Я распутал веревку, которой был привязан к борту, и вошел в дом. Едва я оказался внутри, как меня схватила крепкая рука Барака.
– Иди-ка сюда, – прошептал он.
Я проследовал за ним до комнаты Дерека. Барак втолкнул меня туда и ушел – нас и так оказалось там трое: Дерек качал уснувшего у него на коленях малыша.
Колеблющийся свет масляной лампы позволил мне разглядеть золотистую мордашку младенца, восхититься длиной его ресниц, прийти в восторг от крошечных ноздрей, аккуратных ушек и мягкого влажного ротика.
Дерек кивнул на него:
– Он твой сын?
Несмотря на охватившее меня волнение, я не желал делиться с ним своей тайной и прикинулся удивленным:
– Почему ты так говоришь?
Дерек окинул меня долгим внимательным взглядом и заключил:
– Ты не отвечаешь – значит это твой сын.
Его слова разозлили меня, но я бросил как можно развязнее:
– Да ладно тебе! Какая-то женщина на коне в последний момент бросила его нам, вот и все.
Он поправил меня:
– Барак говорит: бросила тебе.
– Что это меняет?
Дерек поморщился и ответил своим мелодичным голосом:
– Я разочарован, Ноам: ты мне не доверяешь.
Он попал в точку, так что я с жаром принялся возражать:
– Вовсе нет! Просто ты создаешь несуществующую связь между этим ребенком и мной, а я опровергаю твое утверждение. Ничего более. Никакого недоверия к тебе.
Дерек склонился к ребенку, бережно, чтобы не потревожить его сон, взял за ручку:
– Смотри, Ноам. Ты передал ему свою отметину.
Он показал мне пальчики малыша. Я вздрогнул. У него было два сросшихся пальца. Этой редкой особенностью обладал мой дед Каддур. Она была у моего отца Панноама. И у меня. В нашей семье это считалось печатью старшего сына. Кожа обволакивала средний и безымянный пальцы.
– Этот признак избавит тебя от необходимости и дальше обманывать меня, – заявил Дерек.
Отпираться было бессмысленно, и в знак поражения я склонил голову.
– Дерек, – умоляющим голосом сказал я, – нельзя, чтобы об этом узнала Нура.

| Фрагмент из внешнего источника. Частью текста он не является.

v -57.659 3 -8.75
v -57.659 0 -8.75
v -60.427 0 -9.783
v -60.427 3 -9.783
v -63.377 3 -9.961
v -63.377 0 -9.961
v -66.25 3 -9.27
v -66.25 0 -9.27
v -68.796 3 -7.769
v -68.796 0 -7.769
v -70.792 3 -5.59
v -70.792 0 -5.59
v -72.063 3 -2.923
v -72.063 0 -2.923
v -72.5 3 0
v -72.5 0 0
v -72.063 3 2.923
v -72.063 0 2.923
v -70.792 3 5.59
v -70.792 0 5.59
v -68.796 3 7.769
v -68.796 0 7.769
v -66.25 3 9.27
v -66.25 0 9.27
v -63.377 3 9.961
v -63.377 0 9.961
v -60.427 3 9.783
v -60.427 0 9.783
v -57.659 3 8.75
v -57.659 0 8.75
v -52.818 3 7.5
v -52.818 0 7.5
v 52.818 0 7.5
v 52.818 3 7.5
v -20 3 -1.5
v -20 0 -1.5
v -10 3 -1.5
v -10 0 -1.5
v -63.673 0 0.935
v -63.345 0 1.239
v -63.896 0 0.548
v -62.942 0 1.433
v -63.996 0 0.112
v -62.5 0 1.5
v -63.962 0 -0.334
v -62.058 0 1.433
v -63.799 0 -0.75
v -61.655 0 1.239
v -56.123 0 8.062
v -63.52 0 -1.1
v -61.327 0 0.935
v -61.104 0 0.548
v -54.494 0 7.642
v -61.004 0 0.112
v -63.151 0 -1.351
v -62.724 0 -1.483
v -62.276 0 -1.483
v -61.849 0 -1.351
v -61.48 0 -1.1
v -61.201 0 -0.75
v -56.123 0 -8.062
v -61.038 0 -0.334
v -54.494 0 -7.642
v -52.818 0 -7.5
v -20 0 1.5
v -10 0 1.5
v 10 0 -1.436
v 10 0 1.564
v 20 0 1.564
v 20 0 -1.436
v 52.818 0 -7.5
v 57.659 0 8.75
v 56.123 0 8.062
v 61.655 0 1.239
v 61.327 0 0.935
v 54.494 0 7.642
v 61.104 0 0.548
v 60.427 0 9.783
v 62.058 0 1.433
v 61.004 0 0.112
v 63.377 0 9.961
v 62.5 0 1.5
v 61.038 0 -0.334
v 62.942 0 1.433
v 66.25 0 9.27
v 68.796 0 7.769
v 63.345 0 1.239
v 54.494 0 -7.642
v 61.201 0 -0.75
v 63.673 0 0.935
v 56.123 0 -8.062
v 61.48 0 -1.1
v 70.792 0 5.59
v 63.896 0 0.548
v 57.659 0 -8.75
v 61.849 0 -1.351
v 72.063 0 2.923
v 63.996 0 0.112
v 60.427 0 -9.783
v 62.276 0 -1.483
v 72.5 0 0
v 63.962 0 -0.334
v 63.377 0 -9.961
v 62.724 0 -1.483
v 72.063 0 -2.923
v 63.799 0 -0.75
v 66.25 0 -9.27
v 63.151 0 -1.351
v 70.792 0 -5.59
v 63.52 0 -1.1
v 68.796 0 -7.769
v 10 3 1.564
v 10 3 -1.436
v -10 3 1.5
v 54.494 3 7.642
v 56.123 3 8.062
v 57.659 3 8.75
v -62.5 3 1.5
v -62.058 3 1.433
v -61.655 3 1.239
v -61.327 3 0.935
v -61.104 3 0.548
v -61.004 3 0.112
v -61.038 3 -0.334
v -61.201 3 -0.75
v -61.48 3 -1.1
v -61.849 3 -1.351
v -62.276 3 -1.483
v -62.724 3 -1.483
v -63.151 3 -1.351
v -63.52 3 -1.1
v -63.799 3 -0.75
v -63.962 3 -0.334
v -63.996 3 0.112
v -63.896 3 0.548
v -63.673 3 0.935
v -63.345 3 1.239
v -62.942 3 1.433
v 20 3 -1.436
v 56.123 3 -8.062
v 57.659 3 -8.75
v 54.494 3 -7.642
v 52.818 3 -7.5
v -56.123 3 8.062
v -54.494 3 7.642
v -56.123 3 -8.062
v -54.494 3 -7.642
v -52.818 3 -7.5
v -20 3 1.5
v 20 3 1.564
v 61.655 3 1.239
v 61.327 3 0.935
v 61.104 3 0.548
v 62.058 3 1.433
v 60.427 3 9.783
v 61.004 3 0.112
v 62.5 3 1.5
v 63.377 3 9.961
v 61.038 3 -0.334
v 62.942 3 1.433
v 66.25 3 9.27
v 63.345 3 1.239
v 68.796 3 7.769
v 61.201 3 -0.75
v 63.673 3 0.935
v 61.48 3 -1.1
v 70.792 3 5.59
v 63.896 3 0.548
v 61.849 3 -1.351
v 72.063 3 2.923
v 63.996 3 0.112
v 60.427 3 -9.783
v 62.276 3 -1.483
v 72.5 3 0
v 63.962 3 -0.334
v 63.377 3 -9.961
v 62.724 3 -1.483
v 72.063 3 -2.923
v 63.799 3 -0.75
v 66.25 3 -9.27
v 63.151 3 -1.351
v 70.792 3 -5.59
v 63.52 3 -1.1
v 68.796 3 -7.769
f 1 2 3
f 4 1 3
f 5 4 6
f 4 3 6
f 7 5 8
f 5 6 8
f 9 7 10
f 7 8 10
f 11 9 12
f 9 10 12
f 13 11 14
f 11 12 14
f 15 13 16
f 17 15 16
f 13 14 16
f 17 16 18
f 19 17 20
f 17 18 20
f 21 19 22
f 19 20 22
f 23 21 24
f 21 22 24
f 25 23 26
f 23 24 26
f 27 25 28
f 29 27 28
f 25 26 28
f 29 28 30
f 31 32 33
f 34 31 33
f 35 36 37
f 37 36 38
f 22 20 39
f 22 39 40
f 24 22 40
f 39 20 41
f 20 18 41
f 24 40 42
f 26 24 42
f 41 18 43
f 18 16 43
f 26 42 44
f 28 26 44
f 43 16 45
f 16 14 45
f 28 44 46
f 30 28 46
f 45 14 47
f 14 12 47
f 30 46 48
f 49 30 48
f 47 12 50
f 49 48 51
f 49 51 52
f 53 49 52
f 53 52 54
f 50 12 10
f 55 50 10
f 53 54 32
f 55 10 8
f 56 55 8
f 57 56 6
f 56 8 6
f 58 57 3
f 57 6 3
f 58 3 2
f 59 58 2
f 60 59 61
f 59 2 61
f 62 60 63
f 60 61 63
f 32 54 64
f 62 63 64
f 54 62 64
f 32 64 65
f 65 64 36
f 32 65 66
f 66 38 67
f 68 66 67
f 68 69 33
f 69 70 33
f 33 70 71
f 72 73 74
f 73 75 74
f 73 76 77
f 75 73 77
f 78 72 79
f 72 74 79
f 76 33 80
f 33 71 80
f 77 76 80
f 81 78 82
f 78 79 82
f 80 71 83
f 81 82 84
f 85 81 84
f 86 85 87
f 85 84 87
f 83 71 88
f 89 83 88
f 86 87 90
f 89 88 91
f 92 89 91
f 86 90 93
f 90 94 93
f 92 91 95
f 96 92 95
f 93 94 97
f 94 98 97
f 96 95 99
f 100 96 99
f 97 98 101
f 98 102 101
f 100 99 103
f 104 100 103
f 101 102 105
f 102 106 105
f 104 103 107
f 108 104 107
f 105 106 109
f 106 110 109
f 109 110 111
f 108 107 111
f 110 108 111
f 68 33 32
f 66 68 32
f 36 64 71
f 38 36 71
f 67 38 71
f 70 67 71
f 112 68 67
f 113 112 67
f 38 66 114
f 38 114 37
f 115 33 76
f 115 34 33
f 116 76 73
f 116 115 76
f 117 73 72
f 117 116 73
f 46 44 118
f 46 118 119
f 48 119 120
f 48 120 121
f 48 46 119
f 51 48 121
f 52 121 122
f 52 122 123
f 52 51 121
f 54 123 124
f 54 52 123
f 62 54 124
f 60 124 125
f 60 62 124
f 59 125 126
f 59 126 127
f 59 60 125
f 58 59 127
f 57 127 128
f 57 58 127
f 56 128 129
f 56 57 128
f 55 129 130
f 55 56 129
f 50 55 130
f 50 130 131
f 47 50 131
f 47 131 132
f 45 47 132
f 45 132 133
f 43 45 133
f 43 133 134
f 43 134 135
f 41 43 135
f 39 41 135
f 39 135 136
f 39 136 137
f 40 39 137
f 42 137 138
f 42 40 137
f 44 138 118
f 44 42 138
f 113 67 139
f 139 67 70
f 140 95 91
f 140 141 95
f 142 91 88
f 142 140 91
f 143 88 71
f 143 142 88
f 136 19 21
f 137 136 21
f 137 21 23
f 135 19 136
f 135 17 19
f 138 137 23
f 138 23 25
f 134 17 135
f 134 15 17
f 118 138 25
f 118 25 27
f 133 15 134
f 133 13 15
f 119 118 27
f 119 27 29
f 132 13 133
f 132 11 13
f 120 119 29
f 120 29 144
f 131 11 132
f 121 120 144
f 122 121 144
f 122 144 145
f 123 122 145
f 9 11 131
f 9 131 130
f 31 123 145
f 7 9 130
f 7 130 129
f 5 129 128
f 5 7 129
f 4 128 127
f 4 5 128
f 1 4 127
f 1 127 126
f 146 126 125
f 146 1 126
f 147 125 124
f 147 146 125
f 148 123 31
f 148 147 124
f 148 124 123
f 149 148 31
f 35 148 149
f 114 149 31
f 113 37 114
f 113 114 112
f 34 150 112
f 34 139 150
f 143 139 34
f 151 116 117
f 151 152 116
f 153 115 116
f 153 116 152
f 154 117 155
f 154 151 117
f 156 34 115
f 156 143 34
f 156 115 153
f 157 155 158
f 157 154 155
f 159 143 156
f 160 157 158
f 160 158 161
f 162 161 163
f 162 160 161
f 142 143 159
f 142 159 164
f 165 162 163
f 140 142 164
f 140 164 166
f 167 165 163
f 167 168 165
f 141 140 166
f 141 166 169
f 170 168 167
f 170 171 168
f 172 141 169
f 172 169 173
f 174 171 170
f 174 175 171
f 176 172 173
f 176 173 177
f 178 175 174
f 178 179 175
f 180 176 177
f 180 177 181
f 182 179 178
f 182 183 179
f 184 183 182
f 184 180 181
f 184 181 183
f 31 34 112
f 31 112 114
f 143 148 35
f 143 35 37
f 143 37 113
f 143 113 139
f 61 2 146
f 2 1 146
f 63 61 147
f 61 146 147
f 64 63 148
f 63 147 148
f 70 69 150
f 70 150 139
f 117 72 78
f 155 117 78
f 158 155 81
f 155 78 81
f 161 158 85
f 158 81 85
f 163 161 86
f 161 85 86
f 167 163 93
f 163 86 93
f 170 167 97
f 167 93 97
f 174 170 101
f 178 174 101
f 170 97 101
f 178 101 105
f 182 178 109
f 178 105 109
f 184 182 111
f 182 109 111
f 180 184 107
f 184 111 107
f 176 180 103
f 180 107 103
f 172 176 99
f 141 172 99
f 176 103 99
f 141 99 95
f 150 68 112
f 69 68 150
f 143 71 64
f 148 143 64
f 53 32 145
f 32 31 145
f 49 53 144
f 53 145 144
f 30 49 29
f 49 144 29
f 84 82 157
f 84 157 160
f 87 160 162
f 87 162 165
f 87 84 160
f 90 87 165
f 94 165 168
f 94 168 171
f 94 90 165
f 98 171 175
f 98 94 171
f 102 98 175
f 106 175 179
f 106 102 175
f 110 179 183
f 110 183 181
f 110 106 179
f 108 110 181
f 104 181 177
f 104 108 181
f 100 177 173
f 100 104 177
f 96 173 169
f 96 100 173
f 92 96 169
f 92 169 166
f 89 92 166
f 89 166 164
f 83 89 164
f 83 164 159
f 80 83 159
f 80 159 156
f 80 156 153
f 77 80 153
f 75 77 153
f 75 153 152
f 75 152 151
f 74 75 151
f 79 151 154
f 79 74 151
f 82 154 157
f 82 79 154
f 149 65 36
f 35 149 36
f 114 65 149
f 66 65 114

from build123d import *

# Parameters (mm, degrees)
SKETCH_1_R      = 1.5
SKETCH_1_W      = 10
SKETCH_1_H      = 3
EXTRUDE_1_DEPTH = 3
FILLET_1_R      = 10


with BuildPart() as part:
    # 草图1 → 凸台-拉伸1 (new body)
    with BuildSketch(Plane(origin=(0, 0, 0), x_dir=(1, 0, 0), z_dir=(0, 1, 0))):
        with BuildLine():
            Line((-55.885621722, -7.5), (55.885621722, -7.5))
            ThreePointArc((55.885621722, -7.5), (72.5, 0), (55.885621722, 7.5))
            Line((55.885621722, 7.5), (-55.885621722, 7.5))
            ThreePointArc((-55.885621722, 7.5), (-72.5, 0), (-55.885621722, -7.5))
        make_face()
        with Locations(Location((-62.5, 0, 0), (0, 0, 270))):
            Circle(SKETCH_1_R, mode=Mode.SUBTRACT)
        with Locations(Location((62.5, 0, 0), (0, 0, 270))):
            Circle(SKETCH_1_R, mode=Mode.SUBTRACT)
        with Locations((-15, 0)):
            Rectangle(SKETCH_1_W, SKETCH_1_H, mode=Mode.SUBTRACT)
        with Locations((15, -0.064058726)):
            Rectangle(SKETCH_1_W, SKETCH_1_H, mode=Mode.SUBTRACT)
    extrude(amount=EXTRUDE_1_DEPTH)

    # 圆角1
    fillet_1_edges = [part.edges().sort_by_distance(p)[0] for p in [
        (-55.885621722, 1.5, -7.5),
        (55.885621722, 1.5, -7.5),
        (55.885621722, 1.5, 7.5),
        (-55.885621722, 1.5, 7.5),
    ]]
    fillet(fillet_1_edges, radius=FILLET_1_R)


solid = part.part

Довольный моим признанием и польщенный моей просьбой, он улыбнулся. Я продолжал:
– Во время своего изгнания, когда я думал, что навсегда разлучен с Нурой, я спал с одной Охотницей.
– Мне-то что, – ответил он. – Но эта физическая аномалия поразит Нуру! Ее глаза шарят повсюду, она и забыла, когда была глупышкой. Она догадается, обвинит тебя и не простит.
Уверенный в его прозорливости, я прикусил губу и, обезумев от страха, внимательнее пригляделся к рукам ребенка.
– А нельзя ли это как-нибудь скрыть? Наложить ему повязку… надеть рукавички… или…
Дерек поднял свои спрятанные под рукавицами руки и помахал передо мной:
– Что-то вроде этого?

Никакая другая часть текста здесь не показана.